Task to complete: Starting at the top of the entries below, set down each line exactly as written, and stop after the line containing "#164=LINE('',#151,#18);".

========================================================================

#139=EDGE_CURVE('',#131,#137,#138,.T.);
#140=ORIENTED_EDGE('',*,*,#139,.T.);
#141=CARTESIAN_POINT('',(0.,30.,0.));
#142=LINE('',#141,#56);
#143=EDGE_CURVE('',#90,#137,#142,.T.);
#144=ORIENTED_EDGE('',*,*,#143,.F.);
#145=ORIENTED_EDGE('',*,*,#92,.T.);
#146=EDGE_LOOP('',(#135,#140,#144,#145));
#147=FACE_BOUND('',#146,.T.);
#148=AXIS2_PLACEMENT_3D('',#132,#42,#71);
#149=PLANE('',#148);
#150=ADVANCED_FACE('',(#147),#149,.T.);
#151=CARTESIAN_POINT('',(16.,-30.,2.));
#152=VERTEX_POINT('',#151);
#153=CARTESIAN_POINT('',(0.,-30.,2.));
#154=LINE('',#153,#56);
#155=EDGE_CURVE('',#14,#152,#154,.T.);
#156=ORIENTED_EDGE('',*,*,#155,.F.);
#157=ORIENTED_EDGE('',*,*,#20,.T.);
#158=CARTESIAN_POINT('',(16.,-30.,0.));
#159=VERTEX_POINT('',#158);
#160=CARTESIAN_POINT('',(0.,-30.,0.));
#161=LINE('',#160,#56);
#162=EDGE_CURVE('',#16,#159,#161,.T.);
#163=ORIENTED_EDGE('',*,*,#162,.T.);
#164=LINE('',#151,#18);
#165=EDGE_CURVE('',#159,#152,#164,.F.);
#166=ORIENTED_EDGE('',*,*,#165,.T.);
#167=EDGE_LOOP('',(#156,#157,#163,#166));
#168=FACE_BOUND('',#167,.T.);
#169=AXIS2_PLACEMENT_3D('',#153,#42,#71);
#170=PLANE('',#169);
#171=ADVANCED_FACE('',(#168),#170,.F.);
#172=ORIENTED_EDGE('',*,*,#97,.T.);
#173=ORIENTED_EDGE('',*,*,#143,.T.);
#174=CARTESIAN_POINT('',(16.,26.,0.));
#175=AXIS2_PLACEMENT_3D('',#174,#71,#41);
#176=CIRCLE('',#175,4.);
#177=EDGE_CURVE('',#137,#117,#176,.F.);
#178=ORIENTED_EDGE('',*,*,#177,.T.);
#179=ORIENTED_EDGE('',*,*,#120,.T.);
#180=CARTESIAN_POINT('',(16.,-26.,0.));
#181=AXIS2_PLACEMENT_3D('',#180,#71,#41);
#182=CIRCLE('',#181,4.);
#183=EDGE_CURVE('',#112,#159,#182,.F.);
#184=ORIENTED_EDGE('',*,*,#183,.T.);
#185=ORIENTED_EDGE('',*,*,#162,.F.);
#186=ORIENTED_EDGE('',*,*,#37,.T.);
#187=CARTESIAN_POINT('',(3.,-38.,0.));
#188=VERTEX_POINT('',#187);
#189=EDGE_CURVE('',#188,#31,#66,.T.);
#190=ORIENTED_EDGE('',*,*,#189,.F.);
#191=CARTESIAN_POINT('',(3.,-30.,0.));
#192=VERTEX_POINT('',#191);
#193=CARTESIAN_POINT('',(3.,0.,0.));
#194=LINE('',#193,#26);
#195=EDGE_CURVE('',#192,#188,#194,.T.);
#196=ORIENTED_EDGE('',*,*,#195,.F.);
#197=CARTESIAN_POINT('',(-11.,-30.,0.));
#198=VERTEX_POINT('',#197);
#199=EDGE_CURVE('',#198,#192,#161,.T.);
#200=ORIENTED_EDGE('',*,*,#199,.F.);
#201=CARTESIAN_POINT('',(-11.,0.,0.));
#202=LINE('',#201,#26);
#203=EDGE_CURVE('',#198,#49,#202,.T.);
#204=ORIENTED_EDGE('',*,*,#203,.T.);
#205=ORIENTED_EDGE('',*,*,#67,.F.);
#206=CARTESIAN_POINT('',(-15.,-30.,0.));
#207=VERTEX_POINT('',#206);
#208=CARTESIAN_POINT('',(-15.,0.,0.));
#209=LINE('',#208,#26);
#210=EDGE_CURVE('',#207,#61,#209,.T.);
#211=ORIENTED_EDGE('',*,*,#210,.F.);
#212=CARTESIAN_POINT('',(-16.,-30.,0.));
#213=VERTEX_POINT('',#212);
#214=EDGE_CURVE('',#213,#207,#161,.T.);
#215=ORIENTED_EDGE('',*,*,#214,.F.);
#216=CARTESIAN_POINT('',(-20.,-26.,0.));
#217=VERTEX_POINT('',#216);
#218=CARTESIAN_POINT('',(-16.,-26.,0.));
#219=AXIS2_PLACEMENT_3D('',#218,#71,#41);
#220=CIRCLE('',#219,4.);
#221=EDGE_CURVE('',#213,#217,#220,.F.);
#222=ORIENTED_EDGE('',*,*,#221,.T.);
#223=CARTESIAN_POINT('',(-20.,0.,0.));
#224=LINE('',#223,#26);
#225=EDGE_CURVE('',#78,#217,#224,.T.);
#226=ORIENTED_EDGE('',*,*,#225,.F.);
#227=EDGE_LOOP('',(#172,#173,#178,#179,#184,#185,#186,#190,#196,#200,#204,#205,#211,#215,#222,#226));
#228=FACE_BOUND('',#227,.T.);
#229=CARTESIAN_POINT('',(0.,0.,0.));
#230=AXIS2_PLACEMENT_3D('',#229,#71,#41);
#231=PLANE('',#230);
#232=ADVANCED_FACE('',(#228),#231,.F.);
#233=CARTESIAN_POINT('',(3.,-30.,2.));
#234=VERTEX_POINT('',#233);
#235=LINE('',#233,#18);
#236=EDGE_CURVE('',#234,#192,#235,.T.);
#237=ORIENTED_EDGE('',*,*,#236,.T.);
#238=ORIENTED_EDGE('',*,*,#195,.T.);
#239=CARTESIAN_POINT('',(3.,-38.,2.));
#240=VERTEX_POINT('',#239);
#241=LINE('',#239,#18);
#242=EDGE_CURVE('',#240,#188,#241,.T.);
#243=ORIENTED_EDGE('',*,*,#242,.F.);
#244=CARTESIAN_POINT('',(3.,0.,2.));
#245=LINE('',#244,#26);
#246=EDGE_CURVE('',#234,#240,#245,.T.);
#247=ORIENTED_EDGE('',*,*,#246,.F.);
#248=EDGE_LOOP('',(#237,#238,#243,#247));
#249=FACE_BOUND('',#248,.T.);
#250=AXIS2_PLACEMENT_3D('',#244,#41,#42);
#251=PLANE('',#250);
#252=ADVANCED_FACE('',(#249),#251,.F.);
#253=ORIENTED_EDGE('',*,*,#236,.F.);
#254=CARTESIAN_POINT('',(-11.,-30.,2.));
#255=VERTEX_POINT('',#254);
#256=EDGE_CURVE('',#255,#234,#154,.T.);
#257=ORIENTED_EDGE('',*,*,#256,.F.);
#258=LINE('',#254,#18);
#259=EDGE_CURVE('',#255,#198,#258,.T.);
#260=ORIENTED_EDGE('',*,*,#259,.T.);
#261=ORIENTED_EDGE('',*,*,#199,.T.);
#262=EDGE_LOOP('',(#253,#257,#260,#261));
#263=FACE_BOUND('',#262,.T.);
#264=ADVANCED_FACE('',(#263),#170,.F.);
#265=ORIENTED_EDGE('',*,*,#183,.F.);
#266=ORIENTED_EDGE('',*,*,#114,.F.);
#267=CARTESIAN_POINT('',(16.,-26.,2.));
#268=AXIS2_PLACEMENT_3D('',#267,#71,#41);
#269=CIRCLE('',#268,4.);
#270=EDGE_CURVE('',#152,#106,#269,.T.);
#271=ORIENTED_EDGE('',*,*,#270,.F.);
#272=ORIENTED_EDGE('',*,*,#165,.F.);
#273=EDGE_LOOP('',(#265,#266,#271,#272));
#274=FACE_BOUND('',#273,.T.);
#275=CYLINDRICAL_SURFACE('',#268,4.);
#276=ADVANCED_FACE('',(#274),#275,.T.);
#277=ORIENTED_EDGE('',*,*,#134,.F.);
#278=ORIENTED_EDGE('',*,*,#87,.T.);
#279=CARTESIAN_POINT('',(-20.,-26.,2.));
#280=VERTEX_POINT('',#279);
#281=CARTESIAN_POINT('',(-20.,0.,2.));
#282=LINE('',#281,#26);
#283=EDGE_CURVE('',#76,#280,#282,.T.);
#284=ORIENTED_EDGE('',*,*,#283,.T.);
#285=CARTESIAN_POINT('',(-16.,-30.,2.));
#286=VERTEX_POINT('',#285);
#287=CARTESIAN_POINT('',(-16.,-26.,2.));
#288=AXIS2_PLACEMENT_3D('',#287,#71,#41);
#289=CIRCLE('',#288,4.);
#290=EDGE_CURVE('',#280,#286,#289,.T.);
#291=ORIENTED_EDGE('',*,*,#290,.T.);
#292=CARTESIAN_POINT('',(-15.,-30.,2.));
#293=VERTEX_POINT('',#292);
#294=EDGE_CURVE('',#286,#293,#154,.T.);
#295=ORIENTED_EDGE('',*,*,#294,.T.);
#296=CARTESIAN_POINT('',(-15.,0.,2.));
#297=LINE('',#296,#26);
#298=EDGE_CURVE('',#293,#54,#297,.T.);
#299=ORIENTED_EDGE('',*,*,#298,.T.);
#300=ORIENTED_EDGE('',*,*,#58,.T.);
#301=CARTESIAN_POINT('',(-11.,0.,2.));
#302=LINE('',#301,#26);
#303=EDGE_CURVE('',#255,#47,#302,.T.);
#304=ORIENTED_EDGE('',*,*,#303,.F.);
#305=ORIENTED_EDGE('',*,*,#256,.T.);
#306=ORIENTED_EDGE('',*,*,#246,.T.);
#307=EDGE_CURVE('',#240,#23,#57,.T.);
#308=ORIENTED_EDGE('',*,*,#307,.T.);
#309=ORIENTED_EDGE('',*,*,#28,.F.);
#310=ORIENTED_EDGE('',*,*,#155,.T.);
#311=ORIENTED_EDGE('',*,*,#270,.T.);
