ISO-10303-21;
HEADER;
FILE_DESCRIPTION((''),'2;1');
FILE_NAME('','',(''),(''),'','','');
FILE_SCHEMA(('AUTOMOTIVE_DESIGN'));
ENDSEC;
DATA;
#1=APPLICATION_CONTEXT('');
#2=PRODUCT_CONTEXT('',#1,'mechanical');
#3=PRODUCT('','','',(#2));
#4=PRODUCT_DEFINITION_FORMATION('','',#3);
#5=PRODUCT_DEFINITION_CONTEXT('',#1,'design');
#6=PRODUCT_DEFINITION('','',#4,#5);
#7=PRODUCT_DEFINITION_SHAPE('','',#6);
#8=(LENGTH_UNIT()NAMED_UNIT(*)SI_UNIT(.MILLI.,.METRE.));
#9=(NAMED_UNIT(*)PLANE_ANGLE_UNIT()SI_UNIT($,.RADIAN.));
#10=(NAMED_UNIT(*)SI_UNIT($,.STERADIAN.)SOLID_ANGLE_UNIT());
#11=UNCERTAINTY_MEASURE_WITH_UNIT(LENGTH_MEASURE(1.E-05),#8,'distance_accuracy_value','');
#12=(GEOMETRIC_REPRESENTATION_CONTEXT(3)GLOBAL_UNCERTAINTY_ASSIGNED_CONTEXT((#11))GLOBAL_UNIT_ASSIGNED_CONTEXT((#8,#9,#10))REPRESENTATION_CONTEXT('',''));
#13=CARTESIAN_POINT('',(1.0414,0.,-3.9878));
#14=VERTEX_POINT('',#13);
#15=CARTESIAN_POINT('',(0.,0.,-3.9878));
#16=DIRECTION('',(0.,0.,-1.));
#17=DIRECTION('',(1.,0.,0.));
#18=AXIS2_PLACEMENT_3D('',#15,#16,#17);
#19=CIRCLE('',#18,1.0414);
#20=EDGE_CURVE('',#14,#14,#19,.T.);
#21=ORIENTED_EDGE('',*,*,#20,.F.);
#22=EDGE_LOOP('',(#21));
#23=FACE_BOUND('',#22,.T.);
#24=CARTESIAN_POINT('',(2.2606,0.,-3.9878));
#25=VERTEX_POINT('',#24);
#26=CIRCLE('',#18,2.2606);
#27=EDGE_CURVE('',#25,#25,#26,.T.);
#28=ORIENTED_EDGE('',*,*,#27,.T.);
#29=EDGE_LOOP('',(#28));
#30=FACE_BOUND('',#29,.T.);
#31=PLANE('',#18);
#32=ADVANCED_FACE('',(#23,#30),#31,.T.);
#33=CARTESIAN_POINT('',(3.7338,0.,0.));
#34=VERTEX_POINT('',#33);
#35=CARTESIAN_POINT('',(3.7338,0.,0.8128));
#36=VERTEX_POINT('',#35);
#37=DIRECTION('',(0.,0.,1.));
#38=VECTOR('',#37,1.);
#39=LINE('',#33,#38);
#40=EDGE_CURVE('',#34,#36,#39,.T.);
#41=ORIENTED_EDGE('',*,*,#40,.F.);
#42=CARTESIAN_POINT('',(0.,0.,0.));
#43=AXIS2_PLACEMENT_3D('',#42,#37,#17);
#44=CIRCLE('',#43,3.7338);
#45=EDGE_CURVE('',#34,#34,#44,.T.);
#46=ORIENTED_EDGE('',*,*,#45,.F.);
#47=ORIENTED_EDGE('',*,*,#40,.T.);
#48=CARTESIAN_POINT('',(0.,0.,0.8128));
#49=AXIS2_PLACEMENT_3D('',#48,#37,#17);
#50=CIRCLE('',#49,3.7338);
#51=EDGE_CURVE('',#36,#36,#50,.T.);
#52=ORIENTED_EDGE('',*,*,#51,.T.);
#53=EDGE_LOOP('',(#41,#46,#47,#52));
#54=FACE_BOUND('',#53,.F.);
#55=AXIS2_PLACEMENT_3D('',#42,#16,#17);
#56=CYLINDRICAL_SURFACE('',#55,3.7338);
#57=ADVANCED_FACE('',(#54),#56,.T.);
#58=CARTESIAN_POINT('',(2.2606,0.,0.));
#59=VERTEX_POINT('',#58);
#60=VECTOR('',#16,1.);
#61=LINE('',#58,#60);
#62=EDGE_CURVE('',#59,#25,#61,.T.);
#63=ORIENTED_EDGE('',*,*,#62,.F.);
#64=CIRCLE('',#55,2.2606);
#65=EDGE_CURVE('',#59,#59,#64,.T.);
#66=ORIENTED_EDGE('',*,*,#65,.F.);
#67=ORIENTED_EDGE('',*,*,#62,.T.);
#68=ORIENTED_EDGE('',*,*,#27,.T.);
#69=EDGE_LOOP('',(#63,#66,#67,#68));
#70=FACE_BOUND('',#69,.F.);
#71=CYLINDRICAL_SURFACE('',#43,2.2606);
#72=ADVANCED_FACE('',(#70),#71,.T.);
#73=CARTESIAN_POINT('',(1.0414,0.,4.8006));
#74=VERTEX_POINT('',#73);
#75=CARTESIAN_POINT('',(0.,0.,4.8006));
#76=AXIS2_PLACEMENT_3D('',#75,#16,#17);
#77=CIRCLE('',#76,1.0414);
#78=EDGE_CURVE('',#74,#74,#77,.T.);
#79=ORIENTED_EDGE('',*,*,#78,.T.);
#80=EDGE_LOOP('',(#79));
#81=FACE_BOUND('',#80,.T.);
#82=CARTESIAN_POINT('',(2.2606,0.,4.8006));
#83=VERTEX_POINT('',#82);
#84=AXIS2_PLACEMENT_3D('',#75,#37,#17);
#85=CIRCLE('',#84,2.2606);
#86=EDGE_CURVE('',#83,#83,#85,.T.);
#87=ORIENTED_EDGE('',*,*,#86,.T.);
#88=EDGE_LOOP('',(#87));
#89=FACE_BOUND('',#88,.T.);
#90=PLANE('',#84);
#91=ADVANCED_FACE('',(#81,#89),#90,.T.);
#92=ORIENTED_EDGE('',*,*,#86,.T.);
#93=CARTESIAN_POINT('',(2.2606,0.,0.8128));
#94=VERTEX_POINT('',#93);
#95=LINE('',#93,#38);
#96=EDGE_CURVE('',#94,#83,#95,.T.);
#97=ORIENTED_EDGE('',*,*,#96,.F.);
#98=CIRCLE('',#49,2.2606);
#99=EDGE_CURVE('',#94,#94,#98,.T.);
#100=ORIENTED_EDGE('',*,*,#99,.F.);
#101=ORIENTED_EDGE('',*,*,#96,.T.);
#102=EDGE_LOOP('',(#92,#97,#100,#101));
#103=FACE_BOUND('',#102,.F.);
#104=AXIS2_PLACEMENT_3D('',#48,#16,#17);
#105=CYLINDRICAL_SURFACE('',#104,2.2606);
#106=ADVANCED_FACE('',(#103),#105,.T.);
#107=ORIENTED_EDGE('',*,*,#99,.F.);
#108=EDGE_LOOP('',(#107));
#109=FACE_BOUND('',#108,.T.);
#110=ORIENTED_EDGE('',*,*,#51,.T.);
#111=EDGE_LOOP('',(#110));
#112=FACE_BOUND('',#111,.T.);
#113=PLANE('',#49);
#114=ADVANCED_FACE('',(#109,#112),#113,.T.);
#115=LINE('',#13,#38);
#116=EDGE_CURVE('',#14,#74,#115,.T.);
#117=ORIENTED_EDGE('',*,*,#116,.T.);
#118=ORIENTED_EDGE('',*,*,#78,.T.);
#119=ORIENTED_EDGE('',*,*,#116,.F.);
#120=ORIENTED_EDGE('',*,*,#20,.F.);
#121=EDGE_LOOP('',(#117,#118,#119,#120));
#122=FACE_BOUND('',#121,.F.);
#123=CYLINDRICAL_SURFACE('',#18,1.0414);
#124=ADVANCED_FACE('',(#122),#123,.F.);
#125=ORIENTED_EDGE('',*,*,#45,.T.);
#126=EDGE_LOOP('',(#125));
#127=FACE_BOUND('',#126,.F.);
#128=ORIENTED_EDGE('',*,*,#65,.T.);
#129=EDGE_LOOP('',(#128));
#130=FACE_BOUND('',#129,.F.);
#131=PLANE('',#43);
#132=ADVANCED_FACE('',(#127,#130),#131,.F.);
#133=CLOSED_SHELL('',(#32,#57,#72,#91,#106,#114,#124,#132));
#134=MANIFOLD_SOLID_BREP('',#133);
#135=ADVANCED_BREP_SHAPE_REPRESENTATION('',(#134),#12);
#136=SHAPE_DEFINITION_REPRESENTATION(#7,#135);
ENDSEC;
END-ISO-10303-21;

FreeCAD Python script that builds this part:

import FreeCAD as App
import Part
import Sketcher
from FreeCAD import Vector
Q = App.Units.Quantity

doc = App.newDocument("Part")
body = doc.addObject("PartDesign::Body", "Body")

# Sketch on XY plane
sketch1 = doc.addObject("Sketcher::SketchObject", "Sketch")
body.addObject(sketch1)
sketch1.AttachmentSupport = (doc.XY_Plane, [""])
sketch1.MapMode = "FlatFace"
sketch1.addGeometry(Part.Circle(Vector(0, 0, 0), Vector(0, 0, 1), 3.7), False)
sketch1.addConstraint([
    Sketcher.Constraint("Coincident", 0, 3, -1, 1),
    Sketcher.Constraint("Diameter", 0, Q("0.294 in")),
])
pad1 = doc.addObject("PartDesign::Pad", "Pad")
body.addObject(pad1)
pad1.Profile = sketch1
pad1.Length = Q("0.032 in")

# Sketch on XY plane
sketch2 = doc.addObject("Sketcher::SketchObject", "Sketch001")
body.addObject(sketch2)
sketch2.AttachmentSupport = (doc.XY_Plane, [""])
sketch2.MapMode = "FlatFace"
sketch2.AttachmentOffset = App.Placement(Vector(0, 0, 0.032 * 25.4), App.Rotation())
sketch2.addGeometry(Part.Circle(Vector(0, 0, 0), Vector(0, 0, 1), 2.3), False)
sketch2.addConstraint([
    Sketcher.Constraint("Coincident", 0, 3, -1, 1),
    Sketcher.Constraint("Diameter", 0, Q("0.178 in")),
])
pad2 = doc.addObject("PartDesign::Pad", "Pad001")
body.addObject(pad2)
pad2.Profile = sketch2
pad2.Length = Q("0.157 in")

# Sketch on XY plane
sketch3 = doc.addObject("Sketcher::SketchObject", "Sketch002")
body.addObject(sketch3)
sketch3.AttachmentSupport = (doc.XY_Plane, [""])
sketch3.MapMode = "FlatFace"
sketch3.addGeometry(Part.Circle(Vector(0, 0, 0), Vector(0, 0, 1), 2.3), False)
sketch3.addConstraint([
    Sketcher.Constraint("Coincident", 0, 3, -1, 1),
    Sketcher.Constraint("Diameter", 0, Q("0.178 in")),
])
pad3 = doc.addObject("PartDesign::Pad", "Pad002")
body.addObject(pad3)
pad3.Profile = sketch3
pad3.Length = Q("0.157 in")
pad3.Reversed = True

# Sketch on XY plane
sketch4 = doc.addObject("Sketcher::SketchObject", "Sketch003")
body.addObject(sketch4)
sketch4.AttachmentSupport = (doc.XY_Plane, [""])
sketch4.MapMode = "FlatFace"
sketch4.AttachmentOffset = App.Placement(Vector(0, 0, -0.157 * 25.4), App.Rotation())
sketch4.addGeometry(Part.Circle(Vector(0, 0, 0), Vector(0, 0, 1), 1), False)
sketch4.addConstraint([
    Sketcher.Constraint("Coincident", 0, 3, -1, 1),
    Sketcher.Constraint("Diameter", 0, Q("0.082 in")),
])
pocket1 = doc.addObject("PartDesign::Pocket", "Pocket")
body.addObject(pocket1)
pocket1.Profile = sketch4
pocket1.Length = Q("1 in")
pocket1.Reversed = True

doc.recompute()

========================================================================

Your solution:
#139=EDGE_CURVE('',#131,#137,#138,.T.);
#140=ORIENTED_EDGE('',*,*,#139,.T.);
#141=CARTESIAN_POINT('',(0.,30.,0.));
#142=LINE('',#141,#56);
#143=EDGE_CURVE('',#90,#137,#142,.T.);
#144=ORIENTED_EDGE('',*,*,#143,.F.);
#145=ORIENTED_EDGE('',*,*,#92,.T.);
#146=EDGE_LOOP('',(#135,#140,#144,#145));
#147=FACE_BOUND('',#146,.T.);
#148=AXIS2_PLACEMENT_3D('',#132,#42,#71);
#149=PLANE('',#148);
#150=ADVANCED_FACE('',(#147),#149,.T.);
#151=CARTESIAN_POINT('',(16.,-30.,2.));
#152=VERTEX_POINT('',#151);
#153=CARTESIAN_POINT('',(0.,-30.,2.));
#154=LINE('',#153,#56);
#155=EDGE_CURVE('',#14,#152,#154,.T.);
#156=ORIENTED_EDGE('',*,*,#155,.F.);
#157=ORIENTED_EDGE('',*,*,#20,.T.);
#158=CARTESIAN_POINT('',(16.,-30.,0.));
#159=VERTEX_POINT('',#158);
#160=CARTESIAN_POINT('',(0.,-30.,0.));
#161=LINE('',#160,#56);
#162=EDGE_CURVE('',#16,#159,#161,.T.);
#163=ORIENTED_EDGE('',*,*,#162,.T.);
#164=LINE('',#151,#18);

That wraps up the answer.